Clusters SV calls across a batch. For each caller, redundant variants are merged across samples into representative variant records based on interval overlap criteria. Some variants will be hard-filtered if they overlap with predefined intervals known to pose challenges to SV and CNV callers (e.g. centromeres). GATK-SVCluster is the primary tool used in for variant clustering.

The following diagram illustrates the recommended invocation order:

note

GenerateBatchMetrics is the primary downstream module in batch processing. JoinRawCalls is required for genotype filtering but does not need to be run until later in the pipeline.

Inputs

batch

An identifier for the batch. Should match the name used in GatherBatchEvidence.

*_vcf_tar

Standardized VCF tarballs from GatherBatchEvidence

del_bed, dup_bed

Merged CNV call files (.bed.gz) from GatherBatchEvidence

ped_file

Family structures and sex assignments determined in EvidenceQC. See PED file format.

Optional N_IQR_cutoff_plotting

If provided, plot SV counts per sample. This number is used as the cutoff of interquartile range multiples for flagging outlier samples. Example value: 4.

Optional stripy_vcfs

Single-sample STRipy VCFs to merge for the batch. In the Terra joint-calling workspace, these are produced by the optional standalone StripyWorkflow sample workflow and passed from the stripy_vcf sample attribute.

Outputs

clustered_*_vcf

Clustered variants for each caller (depth corresponds to depth-based CNV callers cnMOPS and GATK-gCNV) in VCF format.

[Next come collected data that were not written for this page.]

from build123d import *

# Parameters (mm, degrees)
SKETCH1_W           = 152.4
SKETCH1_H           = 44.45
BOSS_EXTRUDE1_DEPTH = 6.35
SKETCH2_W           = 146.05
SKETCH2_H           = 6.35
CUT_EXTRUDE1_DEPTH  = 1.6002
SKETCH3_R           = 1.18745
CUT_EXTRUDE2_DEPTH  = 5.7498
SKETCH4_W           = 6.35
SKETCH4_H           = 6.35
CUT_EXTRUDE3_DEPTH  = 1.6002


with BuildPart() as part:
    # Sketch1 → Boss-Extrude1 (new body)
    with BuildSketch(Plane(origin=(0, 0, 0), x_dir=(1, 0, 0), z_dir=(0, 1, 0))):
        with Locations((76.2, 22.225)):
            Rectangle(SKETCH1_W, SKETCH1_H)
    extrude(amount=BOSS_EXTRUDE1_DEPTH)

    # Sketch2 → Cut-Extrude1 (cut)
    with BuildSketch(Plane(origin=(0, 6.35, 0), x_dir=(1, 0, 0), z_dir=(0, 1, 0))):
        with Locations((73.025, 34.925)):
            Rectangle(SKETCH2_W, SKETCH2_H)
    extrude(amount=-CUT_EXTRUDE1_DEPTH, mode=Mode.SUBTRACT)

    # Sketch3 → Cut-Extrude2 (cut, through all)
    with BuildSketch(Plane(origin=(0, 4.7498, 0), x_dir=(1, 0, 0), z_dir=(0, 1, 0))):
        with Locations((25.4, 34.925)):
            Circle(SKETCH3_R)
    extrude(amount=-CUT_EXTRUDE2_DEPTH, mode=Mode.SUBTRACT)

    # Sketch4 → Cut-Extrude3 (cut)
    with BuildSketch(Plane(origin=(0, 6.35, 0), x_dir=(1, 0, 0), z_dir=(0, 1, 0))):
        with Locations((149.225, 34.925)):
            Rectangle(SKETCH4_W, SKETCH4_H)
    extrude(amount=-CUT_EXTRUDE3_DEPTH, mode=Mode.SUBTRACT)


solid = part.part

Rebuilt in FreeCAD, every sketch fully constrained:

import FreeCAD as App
import Part
import Sketcher
Q = App.Units.Quantity

doc = App.newDocument("Part")
params = doc.addObject("Spreadsheet::Sheet", "Params")
for row, (alias, value) in enumerate([
    ("sketch1_width", "6 in"),
    ("sketch1_height", "1.75 in"),
    ("pad1_length", "0.25 in"),
    ("sketch2_width", "5.75 in"),
    ("sketch2_height", "0.25 in"),
    ("pocket1_length", "0.063 in"),
    ("sketch4_width", "0.25 in"),
    ("pocket3_length", "0.063 in"),
], start=1):
    params.set(f"A{row}", alias)
    params.set(f"B{row}", "=" + value)
    params.setAlias(f"B{row}", alias)

body = doc.addObject("PartDesign::Body", "Body")

sketch1 = body.newObject("Sketcher::SketchObject", "Sketch")
sketch1.AttachmentSupport = (doc.getObject("XZ_Plane"), [""])
sketch1.MapMode = "FlatFace"
sketch1.addGeometry([
    Part.LineSegment(App.Vector(0, -44, 0), App.Vector(0, 0, 0)),
    Part.LineSegment(App.Vector(0, 0, 0), App.Vector(152, 0, 0)),
    Part.LineSegment(App.Vector(152, 0, 0), App.Vector(152, -44, 0)),
    Part.LineSegment(App.Vector(152, -44, 0), App.Vector(0, -44, 0)),
], False)
sketch1.addConstraint([
    Sketcher.Constraint("Coincident", 0, 2, 1, 1),
    Sketcher.Constraint("Coincident", 1, 2, 2, 1),
    Sketcher.Constraint("Coincident", 2, 2, 3, 1),
    Sketcher.Constraint("Coincident", 3, 2, 0, 1),
    Sketcher.Constraint("Vertical", 0),
    Sketcher.Constraint("Horizontal", 1),
    Sketcher.Constraint("Vertical", 2),
    Sketcher.Constraint("Horizontal", 3),
    Sketcher.Constraint("Coincident", 0, 2, -1, 1),
    Sketcher.Constraint("DistanceX", 1, 1, 1, 2, Q("6 in")),
    Sketcher.Constraint("DistanceY", 0, 1, 0, 2, Q("1.75 in")),
])
sketch1.setExpression("Constraints[9]", "Params.sketch1_width")
sketch1.setExpression("Constraints[10]", "Params.sketch1_height")
pad1 = body.newObject("PartDesign::Pad", "Pad")
pad1.Profile = sketch1
pad1.setExpression("Length", "Params.pad1_length")
pad1.Reversed = True

sketch2 = body.newObject("Sketcher::SketchObject", "Sketch001")
sketch2.AttachmentSupport = (doc.getObject("XZ_Plane"), [""])
sketch2.MapMode = "FlatFace"
sketch2.AttachmentOffset = App.Placement(App.Vector(0, 0, -0.25 * 25.4), App.Rotation())
sketch2.addGeometry([
    Part.LineSegment(App.Vector(0, -38, 0), App.Vector(0, -32, 0)),
    Part.LineSegment(App.Vector(0, -32, 0), App.Vector(146, -32, 0)),
    Part.LineSegment(App.Vector(146, -32, 0), App.Vector(146, -38, 0)),
    Part.LineSegment(App.Vector(146, -38, 0), App.Vector(0, -38, 0)),
], False)
sketch2.addConstraint([
    Sketcher.Constraint("Coincident", 0, 2, 1, 1),
    Sketcher.Constraint("Coincident", 1, 2, 2, 1),
    Sketcher.Constraint("Coincident", 2, 2, 3, 1),
    Sketcher.Constraint("Coincident", 3, 2, 0, 1),
    Sketcher.Constraint("Vertical", 0),
    Sketcher.Constraint("Horizontal", 1),
    Sketcher.Constraint("Vertical", 2),
    Sketcher.Constraint("Horizontal", 3),
    Sketcher.Constraint("PointOnObject", 0, 2, -2),
    Sketcher.Constraint("DistanceX", 1, 1, 1, 2, Q("5.75 in")),
    Sketcher.Constraint("DistanceY", 0, 1, 0, 2, Q("0.25 in")),
    Sketcher.Constraint("DistanceY", 2, 2, -1, 1, Q("1.5 in")),
])
sketch2.setExpression("Constraints[9]", "Params.sketch2_width")
sketch2.setExpression("Constraints[10]", "Params.sketch2_height")
pocket1 = body.newObject("PartDesign::Pocket", "Pocket")
pocket1.Profile = sketch2
pocket1.setExpression("Length", "Params.pocket1_length")
pocket1.Reversed = True

sketch3 = body.newObject("Sketcher::SketchObject", "Sketch002")
sketch3.AttachmentSupport = (doc.getObject("XZ_Plane"), [""])
sketch3.MapMode = "FlatFace"
sketch3.AttachmentOffset = App.Placement(App.Vector(0, 0, -0.187 * 25.4), App.Rotation())
sketch3.addGeometry(Part.Circle(App.Vector(25.4, -34.9, 0), App.Vector(0, 0, 1), 1.2), False)
sketch3.addConstraint([
    Sketcher.Constraint("DistanceX", -1, 1, 0, 3, Q("1 in")),
    Sketcher.Constraint("Diameter", 0, Q("0.0935 in")),
    Sketcher.Constraint("DistanceY", 0, 3, -1, 1, Q("1.375 in")),
])
pocket2 = body.newObject("PartDesign::Pocket", "Pocket001")
pocket2.Profile = sketch3
pocket2.Type = "ThroughAll"
pocket2.Reversed = True

sketch4 = body.newObject("Sketcher::SketchObject", "Sketch003")
sketch4.AttachmentSupport = (doc.getObject("XZ_Plane"), [""])
sketch4.MapMode = "FlatFace"
sketch4.AttachmentOffset = App.Placement(App.Vector(0, 0, -0.25 * 25.4), App.Rotation())
sketch4.addGeometry([
    Part.LineSegment(App.Vector(146, -38, 0), App.Vector(146, -32, 0)),
    Part.LineSegment(App.Vector(146, -32, 0), App.Vector(152, -32, 0)),
    Part.LineSegment(App.Vector(152, -32, 0), App.Vector(152, -38, 0)),
    Part.LineSegment(App.Vector(152, -38, 0), App.Vector(146, -38, 0)),
], False)
sketch4.addConstraint([
    Sketcher.Constraint("Coincident", 0, 2, 1, 1),
    Sketcher.Constraint("Coincident", 1, 2, 2, 1),
    Sketcher.Constraint("Coincident", 2, 2, 3, 1),
    Sketcher.Constraint("Coincident", 3, 2, 0, 1),
    Sketcher.Constraint("Vertical", 0),
    Sketcher.Constraint("Horizontal", 1),
    Sketcher.Constraint("Vertical", 2),
    Sketcher.Constraint("Horizontal", 3),
    Sketcher.Constraint("Equal", 3, 0),
    Sketcher.Constraint("DistanceX", -1, 1, 1, 2, Q("6 in")),
    Sketcher.Constraint("DistanceX", 1, 1, 1, 2, Q("0.25 in")),
    Sketcher.Constraint("DistanceY", 2, 2, -1, 1, Q("1.5 in")),
])
sketch4.setExpression("Constraints[10]", "Params.sketch4_width")
pocket3 = body.newObject("PartDesign::Pocket", "Pocket002")
pocket3.Profile = sketch4
pocket3.setExpression("Length", "Params.pocket3_length")
pocket3.Reversed = True

doc.recompute()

Optional clustered_sv_counts, clustered_sv_count_plots, clustered_outlier_samples_preview, clustered_outlier_samples_with_reason, clustered_num_outlier_samples

SV count QC tables and plots. Enable by providing N_IQR_cutoff_plotting

Optional merged_stripy_vcf, merged_stripy_vcf_index

Batch-level merged STRipy VCF and index, present when stripy_vcfs is provided.